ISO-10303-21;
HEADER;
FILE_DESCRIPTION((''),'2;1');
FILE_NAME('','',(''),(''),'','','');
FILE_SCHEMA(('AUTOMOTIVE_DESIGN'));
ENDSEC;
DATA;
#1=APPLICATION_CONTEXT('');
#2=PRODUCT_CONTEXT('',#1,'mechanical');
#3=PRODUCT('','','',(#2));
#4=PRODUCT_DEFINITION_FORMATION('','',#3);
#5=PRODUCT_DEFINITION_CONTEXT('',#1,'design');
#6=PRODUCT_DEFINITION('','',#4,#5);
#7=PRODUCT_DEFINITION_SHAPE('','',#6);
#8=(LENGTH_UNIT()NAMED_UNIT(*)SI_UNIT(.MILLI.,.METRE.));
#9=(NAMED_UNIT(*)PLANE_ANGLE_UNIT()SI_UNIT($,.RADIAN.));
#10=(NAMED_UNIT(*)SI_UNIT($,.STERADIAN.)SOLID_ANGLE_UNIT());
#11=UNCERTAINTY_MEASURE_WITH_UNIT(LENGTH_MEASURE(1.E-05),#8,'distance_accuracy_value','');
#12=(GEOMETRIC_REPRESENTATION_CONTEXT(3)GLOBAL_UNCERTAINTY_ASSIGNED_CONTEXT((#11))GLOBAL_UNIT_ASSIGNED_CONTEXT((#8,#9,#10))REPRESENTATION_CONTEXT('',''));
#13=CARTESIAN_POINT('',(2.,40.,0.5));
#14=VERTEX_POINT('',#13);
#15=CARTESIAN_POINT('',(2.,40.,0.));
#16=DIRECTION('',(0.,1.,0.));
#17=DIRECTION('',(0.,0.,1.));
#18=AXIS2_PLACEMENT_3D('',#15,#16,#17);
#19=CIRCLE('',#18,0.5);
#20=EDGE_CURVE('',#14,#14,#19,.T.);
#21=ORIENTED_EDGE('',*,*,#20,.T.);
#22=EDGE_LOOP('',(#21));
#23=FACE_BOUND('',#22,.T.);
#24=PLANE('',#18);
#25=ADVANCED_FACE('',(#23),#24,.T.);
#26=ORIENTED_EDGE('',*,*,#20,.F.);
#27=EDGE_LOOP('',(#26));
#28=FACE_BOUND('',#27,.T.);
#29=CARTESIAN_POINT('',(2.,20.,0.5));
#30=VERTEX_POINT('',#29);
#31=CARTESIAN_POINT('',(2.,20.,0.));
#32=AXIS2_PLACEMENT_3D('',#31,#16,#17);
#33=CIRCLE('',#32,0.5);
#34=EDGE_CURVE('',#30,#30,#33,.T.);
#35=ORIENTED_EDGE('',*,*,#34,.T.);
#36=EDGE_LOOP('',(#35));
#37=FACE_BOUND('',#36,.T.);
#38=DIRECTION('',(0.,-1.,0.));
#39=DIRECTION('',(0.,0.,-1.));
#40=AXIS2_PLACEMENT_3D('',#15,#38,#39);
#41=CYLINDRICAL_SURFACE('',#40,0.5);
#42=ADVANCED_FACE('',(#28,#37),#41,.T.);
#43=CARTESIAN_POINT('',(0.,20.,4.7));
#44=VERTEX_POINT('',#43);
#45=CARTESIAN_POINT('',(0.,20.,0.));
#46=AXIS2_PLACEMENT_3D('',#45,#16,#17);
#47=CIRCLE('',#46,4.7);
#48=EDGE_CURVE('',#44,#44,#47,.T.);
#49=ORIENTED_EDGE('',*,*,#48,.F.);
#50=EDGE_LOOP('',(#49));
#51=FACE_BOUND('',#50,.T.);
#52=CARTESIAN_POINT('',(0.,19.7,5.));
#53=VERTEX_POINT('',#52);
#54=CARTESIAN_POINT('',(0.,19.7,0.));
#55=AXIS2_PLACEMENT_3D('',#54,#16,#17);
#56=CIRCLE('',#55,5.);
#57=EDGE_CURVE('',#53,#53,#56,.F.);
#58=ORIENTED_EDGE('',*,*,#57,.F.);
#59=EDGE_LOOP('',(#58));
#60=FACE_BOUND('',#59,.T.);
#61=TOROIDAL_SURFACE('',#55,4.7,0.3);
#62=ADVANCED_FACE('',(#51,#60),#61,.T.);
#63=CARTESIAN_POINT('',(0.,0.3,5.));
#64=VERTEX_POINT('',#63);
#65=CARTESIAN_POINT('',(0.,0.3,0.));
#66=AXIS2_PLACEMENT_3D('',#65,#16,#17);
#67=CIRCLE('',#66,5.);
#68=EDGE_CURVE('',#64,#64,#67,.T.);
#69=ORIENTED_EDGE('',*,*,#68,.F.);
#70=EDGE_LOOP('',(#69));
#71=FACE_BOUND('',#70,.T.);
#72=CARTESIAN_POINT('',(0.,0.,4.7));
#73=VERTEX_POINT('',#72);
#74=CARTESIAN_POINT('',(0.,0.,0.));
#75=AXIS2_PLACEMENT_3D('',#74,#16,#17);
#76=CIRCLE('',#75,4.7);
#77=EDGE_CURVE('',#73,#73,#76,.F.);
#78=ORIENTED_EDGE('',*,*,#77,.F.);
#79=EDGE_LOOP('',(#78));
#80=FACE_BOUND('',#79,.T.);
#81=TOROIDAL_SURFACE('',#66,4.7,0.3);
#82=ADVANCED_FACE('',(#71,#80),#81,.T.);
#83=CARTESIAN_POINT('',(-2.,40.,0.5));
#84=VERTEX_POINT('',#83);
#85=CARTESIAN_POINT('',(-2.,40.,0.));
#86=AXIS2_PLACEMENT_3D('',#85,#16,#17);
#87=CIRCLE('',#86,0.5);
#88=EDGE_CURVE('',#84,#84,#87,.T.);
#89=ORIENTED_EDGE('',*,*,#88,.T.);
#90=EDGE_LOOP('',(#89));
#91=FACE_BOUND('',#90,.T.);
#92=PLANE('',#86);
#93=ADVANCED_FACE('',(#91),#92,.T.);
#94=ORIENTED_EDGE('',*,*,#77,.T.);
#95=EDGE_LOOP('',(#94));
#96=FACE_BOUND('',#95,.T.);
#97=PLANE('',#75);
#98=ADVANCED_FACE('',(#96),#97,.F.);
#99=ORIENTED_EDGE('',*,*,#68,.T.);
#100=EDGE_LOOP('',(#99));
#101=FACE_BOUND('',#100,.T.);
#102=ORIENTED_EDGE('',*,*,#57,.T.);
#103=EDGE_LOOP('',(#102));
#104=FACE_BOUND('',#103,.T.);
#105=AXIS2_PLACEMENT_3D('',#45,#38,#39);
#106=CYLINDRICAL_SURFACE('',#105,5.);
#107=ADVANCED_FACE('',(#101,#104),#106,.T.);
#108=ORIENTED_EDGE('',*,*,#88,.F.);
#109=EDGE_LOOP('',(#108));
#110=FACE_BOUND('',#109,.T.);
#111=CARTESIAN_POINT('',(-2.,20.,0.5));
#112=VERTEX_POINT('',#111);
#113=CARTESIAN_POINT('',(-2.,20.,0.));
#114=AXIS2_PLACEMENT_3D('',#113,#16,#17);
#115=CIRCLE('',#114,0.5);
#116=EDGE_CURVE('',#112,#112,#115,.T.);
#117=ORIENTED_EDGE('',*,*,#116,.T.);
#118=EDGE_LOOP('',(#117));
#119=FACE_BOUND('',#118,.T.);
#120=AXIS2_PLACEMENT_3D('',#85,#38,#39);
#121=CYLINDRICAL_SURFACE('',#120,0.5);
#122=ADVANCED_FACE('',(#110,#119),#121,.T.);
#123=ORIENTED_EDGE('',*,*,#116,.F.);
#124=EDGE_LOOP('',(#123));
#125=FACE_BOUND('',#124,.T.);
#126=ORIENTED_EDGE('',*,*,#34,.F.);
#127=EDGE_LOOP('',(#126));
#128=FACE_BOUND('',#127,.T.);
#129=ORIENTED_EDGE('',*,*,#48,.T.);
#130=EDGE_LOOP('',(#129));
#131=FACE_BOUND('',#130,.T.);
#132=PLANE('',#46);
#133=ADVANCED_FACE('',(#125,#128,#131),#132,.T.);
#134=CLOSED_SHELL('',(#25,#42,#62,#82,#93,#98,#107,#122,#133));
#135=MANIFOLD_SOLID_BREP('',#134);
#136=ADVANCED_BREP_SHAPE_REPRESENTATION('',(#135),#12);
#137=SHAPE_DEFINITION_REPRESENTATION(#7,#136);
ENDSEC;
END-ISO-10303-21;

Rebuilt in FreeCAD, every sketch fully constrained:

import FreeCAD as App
import Part
import Sketcher
from FreeCAD import Vector
Q = App.Units.Quantity


def edges_at(feature, points):
    """Names of the edges that pass closest to the given points."""
    edges = feature.Shape.Edges
    near = lambda p: min(range(len(edges)), key=lambda i: edges[i].distToShape(Part.Vertex(*p))[0])
    return sorted({f"Edge{near(p) + 1}" for p in points})

doc = App.newDocument("Part")
body = doc.addObject("PartDesign::Body", "Body")

# Sketch on XZ plane
sketch1 = body.newObject("Sketcher::SketchObject", "Sketch")
sketch1.AttachmentSupport = (doc.getObject("XZ_Plane"), [""])
sketch1.MapMode = "FlatFace"
sketch1.addGeometry(Part.Circle(Vector(0, 0, 0), Vector(0, 0, 1), 5), False)
sketch1.addConstraint([
    Sketcher.Constraint("Coincident", 0, 3, -1, 1),
    Sketcher.Constraint("Diameter", 0, Q("10 mm")),
])
pad1 = body.newObject("PartDesign::Pad", "Pad")
pad1.Profile = sketch1
pad1.Length = 20
pad1.Reversed = True

# Sketch on XZ plane
sketch2 = body.newObject("Sketcher::SketchObject", "Sketch001")
sketch2.AttachmentSupport = (doc.getObject("XZ_Plane"), [""])
sketch2.MapMode = "FlatFace"
sketch2.AttachmentOffset = App.Placement(Vector(0, 0, -20), App.Rotation())
sketch2.addGeometry([
    Part.Circle(Vector(-2, 0, 0), Vector(0, 0, 1), 0.5),
    Part.Circle(Vector(2, 0, 0), Vector(0, 0, 1), 0.5),
], False)
sketch2.addConstraint([
    Sketcher.Constraint("Equal", 0, 1),
    Sketcher.Constraint("Symmetric", 0, 3, 1, 3, -1, 1),
    Sketcher.Constraint("PointOnObject", 0, 3, -1),
    Sketcher.Constraint("Diameter", 0, Q("1 mm")),
    Sketcher.Constraint("DistanceX", 0, 3, -1, 1, Q("2 mm")),
])
pad2 = body.newObject("PartDesign::Pad", "Pad001")
pad2.Profile = sketch2
pad2.Length = 20
pad2.Reversed = True
doc.recompute()

fillet = body.newObject("PartDesign::Fillet", "Fillet")
fillet.Base = (pad2, edges_at(pad2, [(-5, 0, 0), (-5, 20, 0)]))
fillet.Radius = 0.3

doc.recompute()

**EXERCISE DETAILS**
Give only the lines from the one holding "#126=ORIENTED_EDGE('',*,*,#34,.F.);" through the one holding "Rebuilt in FreeCAD, every", each restated exactly as it appears above.

**WRITTEN ANSWER**
#126=ORIENTED_EDGE('',*,*,#34,.F.);
#127=EDGE_LOOP('',(#126));
#128=FACE_BOUND('',#127,.T.);
#129=ORIENTED_EDGE('',*,*,#48,.T.);
#130=EDGE_LOOP('',(#129));
#131=FACE_BOUND('',#130,.T.);
#132=PLANE('',#46);
#133=ADVANCED_FACE('',(#125,#128,#131),#132,.T.);
#134=CLOSED_SHELL('',(#25,#42,#62,#82,#93,#98,#107,#122,#133));
#135=MANIFOLD_SOLID_BREP('',#134);
#136=ADVANCED_BREP_SHAPE_REPRESENTATION('',(#135),#12);
#137=SHAPE_DEFINITION_REPRESENTATION(#7,#136);
ENDSEC;
END-ISO-10303-21;

Rebuilt in FreeCAD, every sketch fully constrained:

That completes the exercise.